▶ **WHAT THE EXERCISE ASKS**: There is material below. Print exactly the lines starting at the line with "#285=ORIENTED_EDGE('',*,*,#262,.F.);" and ending at the line with "#307=FACE_BOUND('',#306,.T.);", ends included, and no others.

▶ **SUPPLIED DATA**:
◆ ◆ ◆ ◆ ◆

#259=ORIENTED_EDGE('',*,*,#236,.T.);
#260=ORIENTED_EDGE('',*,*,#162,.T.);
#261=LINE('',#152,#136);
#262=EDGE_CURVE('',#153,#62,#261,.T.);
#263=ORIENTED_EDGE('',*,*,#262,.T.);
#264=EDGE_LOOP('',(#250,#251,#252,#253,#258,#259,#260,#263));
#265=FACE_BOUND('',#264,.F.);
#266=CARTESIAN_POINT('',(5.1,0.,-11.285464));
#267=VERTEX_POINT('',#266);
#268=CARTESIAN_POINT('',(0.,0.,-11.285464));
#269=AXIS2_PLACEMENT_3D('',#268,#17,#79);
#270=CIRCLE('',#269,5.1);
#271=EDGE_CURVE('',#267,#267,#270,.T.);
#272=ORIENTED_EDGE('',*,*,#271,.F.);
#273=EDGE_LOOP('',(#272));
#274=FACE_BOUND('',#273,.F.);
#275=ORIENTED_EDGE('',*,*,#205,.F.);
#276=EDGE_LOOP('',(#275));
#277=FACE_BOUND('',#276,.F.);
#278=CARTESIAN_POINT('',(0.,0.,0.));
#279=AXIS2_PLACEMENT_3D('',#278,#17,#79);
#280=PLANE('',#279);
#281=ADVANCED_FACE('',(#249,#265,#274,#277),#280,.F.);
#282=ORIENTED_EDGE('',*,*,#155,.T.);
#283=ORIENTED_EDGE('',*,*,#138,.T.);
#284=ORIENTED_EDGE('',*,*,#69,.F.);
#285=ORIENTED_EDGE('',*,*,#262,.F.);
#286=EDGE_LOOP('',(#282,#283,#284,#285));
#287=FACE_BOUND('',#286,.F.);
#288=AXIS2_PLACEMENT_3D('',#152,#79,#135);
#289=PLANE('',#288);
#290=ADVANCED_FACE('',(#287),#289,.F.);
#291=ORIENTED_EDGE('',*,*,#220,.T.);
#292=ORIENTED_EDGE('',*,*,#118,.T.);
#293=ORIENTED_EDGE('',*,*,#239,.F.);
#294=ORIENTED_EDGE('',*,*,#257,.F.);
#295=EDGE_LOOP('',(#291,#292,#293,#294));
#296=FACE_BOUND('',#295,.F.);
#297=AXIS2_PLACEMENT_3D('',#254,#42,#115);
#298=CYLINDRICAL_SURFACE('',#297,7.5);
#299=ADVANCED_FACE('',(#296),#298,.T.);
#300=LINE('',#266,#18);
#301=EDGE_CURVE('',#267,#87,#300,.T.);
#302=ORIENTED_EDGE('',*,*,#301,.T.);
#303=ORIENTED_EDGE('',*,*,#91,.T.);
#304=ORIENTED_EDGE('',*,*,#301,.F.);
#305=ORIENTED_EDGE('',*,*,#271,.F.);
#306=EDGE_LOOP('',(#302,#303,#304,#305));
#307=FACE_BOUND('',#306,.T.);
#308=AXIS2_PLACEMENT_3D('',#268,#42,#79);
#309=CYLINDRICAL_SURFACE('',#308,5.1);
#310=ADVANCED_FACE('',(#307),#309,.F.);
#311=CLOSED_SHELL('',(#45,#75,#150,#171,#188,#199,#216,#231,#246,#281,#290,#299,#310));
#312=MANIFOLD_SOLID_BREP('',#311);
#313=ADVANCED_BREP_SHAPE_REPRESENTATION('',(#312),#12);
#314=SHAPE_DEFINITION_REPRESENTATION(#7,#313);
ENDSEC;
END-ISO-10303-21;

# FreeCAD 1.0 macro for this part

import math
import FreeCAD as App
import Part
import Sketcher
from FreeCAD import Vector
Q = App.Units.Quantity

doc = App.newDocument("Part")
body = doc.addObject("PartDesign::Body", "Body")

◆ ◆ ◆ ◆ ◆

▶ **PROBLEM SOLUTION**:
#285=ORIENTED_EDGE('',*,*,#262,.F.);
#286=EDGE_LOOP('',(#282,#283,#284,#285));
#287=FACE_BOUND('',#286,.F.);
#288=AXIS2_PLACEMENT_3D('',#152,#79,#135);
#289=PLANE('',#288);
#290=ADVANCED_FACE('',(#287),#289,.F.);
#291=ORIENTED_EDGE('',*,*,#220,.T.);
#292=ORIENTED_EDGE('',*,*,#118,.T.);
#293=ORIENTED_EDGE('',*,*,#239,.F.);
#294=ORIENTED_EDGE('',*,*,#257,.F.);
#295=EDGE_LOOP('',(#291,#292,#293,#294));
#296=FACE_BOUND('',#295,.F.);
#297=AXIS2_PLACEMENT_3D('',#254,#42,#115);
#298=CYLINDRICAL_SURFACE('',#297,7.5);
#299=ADVANCED_FACE('',(#296),#298,.T.);
#300=LINE('',#266,#18);
#301=EDGE_CURVE('',#267,#87,#300,.T.);
#302=ORIENTED_EDGE('',*,*,#301,.T.);
#303=ORIENTED_EDGE('',*,*,#91,.T.);
#304=ORIENTED_EDGE('',*,*,#301,.F.);
#305=ORIENTED_EDGE('',*,*,#271,.F.);
#306=EDGE_LOOP('',(#302,#303,#304,#305));
#307=FACE_BOUND('',#306,.T.);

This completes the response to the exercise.